• What to produce:
Among the lines below, copy exactly those from the one with "f 217 330 333" through the one with "f 349 240 351", counting both ends.

• Dataset extract:
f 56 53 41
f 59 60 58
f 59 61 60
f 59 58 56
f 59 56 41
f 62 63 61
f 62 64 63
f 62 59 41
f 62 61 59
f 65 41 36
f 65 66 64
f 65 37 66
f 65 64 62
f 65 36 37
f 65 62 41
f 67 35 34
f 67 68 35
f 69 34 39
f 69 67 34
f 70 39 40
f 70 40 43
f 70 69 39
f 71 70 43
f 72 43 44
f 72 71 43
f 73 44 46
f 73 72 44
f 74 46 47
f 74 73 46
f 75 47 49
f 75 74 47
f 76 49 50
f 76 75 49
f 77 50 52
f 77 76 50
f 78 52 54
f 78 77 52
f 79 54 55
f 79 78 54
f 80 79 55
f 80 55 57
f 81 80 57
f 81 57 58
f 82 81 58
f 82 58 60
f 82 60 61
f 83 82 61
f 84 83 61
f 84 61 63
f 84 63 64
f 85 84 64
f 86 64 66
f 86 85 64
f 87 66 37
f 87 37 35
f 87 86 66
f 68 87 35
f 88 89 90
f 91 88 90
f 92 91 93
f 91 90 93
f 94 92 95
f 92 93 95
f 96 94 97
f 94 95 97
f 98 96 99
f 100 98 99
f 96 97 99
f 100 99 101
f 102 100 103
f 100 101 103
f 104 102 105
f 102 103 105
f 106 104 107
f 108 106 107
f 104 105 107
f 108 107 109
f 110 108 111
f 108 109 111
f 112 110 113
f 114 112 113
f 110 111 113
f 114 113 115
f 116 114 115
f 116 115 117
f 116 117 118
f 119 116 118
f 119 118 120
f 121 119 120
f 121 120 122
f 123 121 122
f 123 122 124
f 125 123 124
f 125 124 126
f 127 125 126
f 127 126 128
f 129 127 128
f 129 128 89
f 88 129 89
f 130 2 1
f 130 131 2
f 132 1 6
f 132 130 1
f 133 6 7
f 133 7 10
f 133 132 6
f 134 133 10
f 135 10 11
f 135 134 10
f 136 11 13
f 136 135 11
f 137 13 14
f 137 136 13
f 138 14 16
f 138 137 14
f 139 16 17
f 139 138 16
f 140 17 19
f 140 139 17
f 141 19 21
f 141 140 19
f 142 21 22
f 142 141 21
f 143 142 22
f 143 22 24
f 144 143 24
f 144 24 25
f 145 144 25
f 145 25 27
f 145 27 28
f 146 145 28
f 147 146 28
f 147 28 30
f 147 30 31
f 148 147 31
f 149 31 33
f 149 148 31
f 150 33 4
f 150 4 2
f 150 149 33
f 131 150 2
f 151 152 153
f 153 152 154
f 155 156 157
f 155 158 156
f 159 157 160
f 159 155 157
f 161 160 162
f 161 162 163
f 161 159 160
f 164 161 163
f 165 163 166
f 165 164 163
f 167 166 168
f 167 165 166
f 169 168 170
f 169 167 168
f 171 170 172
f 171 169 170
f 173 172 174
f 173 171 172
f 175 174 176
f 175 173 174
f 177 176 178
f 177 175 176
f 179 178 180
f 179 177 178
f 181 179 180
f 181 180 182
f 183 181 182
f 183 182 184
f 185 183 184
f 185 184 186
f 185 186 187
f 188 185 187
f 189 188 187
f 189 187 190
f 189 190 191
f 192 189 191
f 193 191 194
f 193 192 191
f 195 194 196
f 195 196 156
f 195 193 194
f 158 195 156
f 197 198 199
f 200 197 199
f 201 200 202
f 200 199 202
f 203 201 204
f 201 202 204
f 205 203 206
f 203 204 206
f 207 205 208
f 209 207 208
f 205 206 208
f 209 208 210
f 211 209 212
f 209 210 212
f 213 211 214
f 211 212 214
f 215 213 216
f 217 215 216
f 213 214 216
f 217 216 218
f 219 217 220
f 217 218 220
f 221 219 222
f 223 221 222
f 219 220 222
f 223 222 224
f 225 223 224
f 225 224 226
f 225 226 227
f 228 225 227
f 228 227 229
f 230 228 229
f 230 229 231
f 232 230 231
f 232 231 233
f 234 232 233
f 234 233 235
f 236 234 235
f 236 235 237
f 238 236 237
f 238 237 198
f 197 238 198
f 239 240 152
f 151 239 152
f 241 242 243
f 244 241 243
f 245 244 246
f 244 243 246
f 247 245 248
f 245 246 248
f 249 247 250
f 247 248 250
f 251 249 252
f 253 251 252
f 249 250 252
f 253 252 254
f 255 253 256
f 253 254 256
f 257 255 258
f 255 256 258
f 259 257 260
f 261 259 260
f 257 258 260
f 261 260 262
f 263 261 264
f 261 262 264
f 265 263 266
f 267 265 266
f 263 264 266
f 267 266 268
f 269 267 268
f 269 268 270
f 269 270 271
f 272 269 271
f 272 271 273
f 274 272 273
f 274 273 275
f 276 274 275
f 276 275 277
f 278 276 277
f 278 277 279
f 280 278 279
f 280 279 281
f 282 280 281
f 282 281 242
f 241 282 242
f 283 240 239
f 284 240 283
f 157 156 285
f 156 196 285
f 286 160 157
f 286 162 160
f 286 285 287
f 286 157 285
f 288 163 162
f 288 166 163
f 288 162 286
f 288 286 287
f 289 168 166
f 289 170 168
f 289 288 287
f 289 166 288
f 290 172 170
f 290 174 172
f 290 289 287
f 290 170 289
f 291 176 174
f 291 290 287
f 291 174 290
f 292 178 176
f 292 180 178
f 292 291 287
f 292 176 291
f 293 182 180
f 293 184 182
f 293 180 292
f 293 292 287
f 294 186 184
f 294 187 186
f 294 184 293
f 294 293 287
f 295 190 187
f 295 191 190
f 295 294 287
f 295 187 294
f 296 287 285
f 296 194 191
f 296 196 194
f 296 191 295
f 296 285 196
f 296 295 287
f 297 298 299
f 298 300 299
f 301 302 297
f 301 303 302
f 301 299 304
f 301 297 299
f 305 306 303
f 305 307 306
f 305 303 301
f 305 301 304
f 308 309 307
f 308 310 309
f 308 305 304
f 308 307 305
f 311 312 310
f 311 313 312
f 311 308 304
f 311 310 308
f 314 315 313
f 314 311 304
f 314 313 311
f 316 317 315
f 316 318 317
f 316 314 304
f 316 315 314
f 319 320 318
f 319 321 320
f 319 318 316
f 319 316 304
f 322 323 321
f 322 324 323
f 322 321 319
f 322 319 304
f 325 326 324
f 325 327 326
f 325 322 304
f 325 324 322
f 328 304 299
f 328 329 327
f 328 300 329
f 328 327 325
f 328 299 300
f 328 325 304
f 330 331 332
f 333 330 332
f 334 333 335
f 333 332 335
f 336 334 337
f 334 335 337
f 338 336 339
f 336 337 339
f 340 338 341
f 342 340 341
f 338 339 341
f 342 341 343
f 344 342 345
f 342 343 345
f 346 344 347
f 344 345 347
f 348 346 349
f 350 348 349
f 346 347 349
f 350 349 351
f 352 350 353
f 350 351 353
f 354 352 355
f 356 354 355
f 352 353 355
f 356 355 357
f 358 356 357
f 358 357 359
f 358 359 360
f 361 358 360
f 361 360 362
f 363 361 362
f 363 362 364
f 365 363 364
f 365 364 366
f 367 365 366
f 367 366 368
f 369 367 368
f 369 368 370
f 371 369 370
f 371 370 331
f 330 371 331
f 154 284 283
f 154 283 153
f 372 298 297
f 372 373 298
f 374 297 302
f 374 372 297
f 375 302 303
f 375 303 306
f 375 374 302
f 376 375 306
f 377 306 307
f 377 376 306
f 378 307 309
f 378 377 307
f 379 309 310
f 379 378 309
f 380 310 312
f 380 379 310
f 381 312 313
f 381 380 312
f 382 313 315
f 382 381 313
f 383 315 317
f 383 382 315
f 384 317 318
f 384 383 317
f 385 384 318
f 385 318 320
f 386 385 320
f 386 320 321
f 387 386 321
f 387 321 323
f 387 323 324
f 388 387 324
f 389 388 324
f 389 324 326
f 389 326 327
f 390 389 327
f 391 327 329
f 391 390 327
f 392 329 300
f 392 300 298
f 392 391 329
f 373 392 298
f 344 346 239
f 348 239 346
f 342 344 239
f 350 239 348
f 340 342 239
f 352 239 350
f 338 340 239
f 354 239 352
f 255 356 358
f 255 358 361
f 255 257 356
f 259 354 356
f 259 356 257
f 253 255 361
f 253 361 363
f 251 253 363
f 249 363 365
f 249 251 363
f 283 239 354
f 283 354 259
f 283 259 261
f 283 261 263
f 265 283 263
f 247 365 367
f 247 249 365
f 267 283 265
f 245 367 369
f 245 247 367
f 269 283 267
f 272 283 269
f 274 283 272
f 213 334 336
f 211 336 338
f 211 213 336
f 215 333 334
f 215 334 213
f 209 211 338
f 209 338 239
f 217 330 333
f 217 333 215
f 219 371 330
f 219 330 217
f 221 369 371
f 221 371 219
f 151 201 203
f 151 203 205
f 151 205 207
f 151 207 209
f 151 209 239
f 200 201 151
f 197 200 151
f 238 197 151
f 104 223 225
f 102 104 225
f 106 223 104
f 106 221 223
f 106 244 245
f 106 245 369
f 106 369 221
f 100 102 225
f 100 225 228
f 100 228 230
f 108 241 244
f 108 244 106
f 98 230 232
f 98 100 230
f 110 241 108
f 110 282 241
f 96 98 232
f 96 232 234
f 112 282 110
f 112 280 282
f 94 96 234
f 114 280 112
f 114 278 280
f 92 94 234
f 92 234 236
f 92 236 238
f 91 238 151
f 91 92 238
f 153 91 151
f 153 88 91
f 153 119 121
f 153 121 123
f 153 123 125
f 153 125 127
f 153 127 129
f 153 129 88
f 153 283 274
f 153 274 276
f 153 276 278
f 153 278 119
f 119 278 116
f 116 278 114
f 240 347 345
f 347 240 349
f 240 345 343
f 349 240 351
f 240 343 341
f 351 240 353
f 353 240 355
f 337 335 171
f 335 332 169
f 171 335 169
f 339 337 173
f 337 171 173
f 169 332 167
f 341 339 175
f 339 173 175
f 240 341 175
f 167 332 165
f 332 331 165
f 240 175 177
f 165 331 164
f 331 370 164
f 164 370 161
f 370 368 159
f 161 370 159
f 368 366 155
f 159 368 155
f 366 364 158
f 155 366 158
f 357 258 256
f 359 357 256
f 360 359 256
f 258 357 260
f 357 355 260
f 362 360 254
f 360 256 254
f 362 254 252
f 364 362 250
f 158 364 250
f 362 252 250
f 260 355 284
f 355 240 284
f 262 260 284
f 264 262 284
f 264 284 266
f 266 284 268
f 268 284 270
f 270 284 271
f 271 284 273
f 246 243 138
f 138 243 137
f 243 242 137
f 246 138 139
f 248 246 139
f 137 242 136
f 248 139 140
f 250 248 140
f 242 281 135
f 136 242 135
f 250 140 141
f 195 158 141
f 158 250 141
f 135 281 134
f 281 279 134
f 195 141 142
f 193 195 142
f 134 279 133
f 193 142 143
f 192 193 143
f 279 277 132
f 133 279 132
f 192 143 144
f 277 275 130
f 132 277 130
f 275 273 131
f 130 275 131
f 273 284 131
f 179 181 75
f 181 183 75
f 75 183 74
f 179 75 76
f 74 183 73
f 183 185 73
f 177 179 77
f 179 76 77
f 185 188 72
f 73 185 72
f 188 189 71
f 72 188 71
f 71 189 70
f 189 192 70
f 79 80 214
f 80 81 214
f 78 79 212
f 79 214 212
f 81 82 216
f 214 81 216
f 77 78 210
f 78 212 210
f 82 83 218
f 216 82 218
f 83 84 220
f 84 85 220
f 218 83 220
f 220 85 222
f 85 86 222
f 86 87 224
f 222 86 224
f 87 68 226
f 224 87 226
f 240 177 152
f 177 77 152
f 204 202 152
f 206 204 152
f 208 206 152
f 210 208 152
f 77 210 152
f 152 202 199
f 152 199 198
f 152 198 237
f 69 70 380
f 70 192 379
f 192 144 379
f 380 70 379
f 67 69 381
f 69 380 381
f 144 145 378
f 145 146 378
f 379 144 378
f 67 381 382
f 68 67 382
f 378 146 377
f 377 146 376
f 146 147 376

--

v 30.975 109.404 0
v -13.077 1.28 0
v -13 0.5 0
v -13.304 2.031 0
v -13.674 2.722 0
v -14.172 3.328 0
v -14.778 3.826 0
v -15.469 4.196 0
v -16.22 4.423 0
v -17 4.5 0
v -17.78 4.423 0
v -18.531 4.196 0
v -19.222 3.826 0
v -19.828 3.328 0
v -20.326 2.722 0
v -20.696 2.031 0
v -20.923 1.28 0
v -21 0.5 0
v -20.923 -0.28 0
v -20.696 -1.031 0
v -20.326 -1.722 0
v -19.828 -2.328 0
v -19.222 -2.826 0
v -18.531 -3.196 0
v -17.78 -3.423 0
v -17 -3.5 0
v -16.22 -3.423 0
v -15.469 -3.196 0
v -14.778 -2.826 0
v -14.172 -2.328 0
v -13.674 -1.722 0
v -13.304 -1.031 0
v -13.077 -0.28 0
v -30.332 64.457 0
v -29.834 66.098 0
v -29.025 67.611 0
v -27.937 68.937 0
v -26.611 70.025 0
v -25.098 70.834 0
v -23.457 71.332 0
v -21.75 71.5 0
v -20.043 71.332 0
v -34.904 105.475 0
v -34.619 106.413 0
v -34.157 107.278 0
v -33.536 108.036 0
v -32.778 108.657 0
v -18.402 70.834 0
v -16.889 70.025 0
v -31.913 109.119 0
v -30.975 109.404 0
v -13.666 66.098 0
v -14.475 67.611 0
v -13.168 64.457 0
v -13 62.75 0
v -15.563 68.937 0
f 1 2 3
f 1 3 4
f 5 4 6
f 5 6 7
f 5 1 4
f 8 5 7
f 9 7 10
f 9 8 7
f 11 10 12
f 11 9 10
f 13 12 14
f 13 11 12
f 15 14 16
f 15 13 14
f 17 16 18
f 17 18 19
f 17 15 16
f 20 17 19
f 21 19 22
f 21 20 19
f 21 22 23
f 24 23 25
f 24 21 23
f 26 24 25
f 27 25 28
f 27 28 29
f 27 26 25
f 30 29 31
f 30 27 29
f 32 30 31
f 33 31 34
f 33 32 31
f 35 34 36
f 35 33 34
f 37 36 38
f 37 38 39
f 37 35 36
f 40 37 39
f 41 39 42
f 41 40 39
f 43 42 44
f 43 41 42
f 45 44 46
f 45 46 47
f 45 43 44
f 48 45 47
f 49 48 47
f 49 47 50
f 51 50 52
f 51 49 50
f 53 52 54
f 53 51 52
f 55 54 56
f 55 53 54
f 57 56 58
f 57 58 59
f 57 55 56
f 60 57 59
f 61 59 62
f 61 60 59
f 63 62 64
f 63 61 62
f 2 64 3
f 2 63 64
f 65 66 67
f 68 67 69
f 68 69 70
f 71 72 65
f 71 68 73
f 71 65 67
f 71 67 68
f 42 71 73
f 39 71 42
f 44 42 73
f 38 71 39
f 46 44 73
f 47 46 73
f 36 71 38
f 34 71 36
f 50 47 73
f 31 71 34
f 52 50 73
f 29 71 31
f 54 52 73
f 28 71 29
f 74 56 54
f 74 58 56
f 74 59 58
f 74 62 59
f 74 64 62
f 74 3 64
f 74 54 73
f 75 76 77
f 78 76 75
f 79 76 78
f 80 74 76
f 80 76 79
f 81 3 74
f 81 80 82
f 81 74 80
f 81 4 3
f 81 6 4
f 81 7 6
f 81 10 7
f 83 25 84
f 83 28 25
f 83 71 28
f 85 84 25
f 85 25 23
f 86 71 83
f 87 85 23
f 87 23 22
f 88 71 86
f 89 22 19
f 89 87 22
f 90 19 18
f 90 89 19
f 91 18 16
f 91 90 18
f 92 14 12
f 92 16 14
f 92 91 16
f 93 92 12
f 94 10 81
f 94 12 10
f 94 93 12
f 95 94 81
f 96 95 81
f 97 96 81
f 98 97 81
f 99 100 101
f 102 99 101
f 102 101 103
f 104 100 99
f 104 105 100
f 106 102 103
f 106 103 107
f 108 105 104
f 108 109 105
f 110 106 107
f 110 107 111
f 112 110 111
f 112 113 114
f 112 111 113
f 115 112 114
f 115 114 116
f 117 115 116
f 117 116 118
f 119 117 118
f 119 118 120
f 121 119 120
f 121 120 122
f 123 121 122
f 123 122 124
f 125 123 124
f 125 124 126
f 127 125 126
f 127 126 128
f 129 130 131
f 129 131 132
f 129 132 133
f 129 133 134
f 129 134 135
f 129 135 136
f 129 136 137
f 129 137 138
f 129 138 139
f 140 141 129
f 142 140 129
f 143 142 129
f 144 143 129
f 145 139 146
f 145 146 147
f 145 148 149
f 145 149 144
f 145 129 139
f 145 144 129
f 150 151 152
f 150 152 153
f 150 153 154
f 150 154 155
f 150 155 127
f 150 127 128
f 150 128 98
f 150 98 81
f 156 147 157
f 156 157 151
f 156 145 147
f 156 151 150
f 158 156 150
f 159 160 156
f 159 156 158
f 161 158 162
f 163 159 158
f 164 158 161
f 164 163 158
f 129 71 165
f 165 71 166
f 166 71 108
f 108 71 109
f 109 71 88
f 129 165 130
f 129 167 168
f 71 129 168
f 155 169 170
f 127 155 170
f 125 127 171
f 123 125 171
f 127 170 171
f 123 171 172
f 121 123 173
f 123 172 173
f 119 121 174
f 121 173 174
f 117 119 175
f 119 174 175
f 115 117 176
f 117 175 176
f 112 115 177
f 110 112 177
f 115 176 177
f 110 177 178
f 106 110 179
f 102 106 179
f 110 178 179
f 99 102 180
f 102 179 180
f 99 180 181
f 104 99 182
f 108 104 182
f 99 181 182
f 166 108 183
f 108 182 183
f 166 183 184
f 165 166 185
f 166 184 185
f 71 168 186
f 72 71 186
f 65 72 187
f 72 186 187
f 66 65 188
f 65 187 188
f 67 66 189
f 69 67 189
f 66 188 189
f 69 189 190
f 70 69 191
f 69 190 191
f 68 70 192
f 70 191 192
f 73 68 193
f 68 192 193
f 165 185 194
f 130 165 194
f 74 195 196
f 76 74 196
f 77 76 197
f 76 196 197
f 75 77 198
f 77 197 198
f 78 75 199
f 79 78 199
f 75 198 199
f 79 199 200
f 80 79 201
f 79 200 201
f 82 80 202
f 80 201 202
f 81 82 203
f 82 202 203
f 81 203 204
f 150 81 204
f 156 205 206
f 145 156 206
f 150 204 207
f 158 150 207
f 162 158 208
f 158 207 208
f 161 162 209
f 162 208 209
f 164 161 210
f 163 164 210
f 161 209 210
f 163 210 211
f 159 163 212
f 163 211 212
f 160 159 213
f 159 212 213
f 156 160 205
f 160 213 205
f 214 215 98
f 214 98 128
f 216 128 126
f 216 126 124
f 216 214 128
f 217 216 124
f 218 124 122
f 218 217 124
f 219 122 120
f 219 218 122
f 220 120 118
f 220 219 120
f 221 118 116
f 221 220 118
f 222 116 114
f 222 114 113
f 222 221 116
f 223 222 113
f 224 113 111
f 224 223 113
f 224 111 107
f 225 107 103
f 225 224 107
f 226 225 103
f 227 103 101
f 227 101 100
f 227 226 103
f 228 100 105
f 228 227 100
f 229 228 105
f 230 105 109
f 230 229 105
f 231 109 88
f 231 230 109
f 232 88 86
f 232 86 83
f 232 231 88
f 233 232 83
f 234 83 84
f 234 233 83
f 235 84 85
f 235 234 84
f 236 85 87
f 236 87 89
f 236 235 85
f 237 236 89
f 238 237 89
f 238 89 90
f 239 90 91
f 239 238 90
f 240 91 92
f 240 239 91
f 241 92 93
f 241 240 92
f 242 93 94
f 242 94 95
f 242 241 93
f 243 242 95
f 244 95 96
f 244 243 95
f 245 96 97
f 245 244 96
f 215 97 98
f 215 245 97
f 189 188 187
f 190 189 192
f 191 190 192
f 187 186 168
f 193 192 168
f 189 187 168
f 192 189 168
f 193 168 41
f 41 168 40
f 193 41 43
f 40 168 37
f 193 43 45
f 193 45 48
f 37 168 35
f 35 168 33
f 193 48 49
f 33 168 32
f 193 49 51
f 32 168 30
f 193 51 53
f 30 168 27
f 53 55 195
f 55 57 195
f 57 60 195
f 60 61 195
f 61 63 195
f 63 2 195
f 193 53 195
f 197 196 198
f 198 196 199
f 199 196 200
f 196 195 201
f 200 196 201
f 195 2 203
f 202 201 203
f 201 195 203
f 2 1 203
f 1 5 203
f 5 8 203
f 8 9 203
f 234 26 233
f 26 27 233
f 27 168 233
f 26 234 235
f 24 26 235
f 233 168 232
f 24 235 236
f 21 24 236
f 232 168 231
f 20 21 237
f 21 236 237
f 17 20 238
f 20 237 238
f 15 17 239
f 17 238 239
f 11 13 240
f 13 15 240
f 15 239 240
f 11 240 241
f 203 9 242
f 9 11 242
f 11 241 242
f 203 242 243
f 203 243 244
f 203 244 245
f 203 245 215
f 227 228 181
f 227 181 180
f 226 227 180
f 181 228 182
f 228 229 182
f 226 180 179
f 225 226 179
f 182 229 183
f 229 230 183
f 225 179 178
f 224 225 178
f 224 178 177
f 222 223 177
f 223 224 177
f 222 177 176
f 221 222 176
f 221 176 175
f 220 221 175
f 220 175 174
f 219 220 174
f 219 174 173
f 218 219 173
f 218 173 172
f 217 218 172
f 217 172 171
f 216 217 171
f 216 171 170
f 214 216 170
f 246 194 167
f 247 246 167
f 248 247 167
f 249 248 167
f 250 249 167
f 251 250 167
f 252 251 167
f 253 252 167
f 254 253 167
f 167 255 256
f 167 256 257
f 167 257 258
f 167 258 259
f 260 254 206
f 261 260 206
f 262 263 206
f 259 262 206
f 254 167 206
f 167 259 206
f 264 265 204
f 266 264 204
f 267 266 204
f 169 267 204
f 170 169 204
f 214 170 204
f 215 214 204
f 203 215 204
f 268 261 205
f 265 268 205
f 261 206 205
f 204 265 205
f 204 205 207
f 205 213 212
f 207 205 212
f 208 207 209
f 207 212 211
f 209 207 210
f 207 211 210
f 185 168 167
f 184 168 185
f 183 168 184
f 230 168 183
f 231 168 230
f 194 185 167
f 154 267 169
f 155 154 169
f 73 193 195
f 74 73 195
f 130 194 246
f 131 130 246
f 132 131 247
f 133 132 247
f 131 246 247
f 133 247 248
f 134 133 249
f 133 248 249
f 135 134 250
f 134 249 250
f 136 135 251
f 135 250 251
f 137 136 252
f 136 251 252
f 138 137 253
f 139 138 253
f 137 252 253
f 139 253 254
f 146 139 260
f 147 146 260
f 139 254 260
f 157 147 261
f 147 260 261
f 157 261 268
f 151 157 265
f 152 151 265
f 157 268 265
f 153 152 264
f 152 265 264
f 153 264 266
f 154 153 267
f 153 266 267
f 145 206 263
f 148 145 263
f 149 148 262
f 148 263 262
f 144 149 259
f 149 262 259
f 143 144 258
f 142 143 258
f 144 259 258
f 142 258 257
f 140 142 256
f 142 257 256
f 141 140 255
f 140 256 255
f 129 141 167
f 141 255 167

• Response to the task:
f 217 330 333
f 217 333 215
f 219 371 330
f 219 330 217
f 221 369 371
f 221 371 219
f 151 201 203
f 151 203 205
f 151 205 207
f 151 207 209
f 151 209 239
f 200 201 151
f 197 200 151
f 238 197 151
f 104 223 225
f 102 104 225
f 106 223 104
f 106 221 223
f 106 244 245
f 106 245 369
f 106 369 221
f 100 102 225
f 100 225 228
f 100 228 230
f 108 241 244
f 108 244 106
f 98 230 232
f 98 100 230
f 110 241 108
f 110 282 241
f 96 98 232
f 96 232 234
f 112 282 110
f 112 280 282
f 94 96 234
f 114 280 112
f 114 278 280
f 92 94 234
f 92 234 236
f 92 236 238
f 91 238 151
f 91 92 238
f 153 91 151
f 153 88 91
f 153 119 121
f 153 121 123
f 153 123 125
f 153 125 127
f 153 127 129
f 153 129 88
f 153 283 274
f 153 274 276
f 153 276 278
f 153 278 119
f 119 278 116
f 116 278 114
f 240 347 345
f 347 240 349
f 240 345 343
f 349 240 351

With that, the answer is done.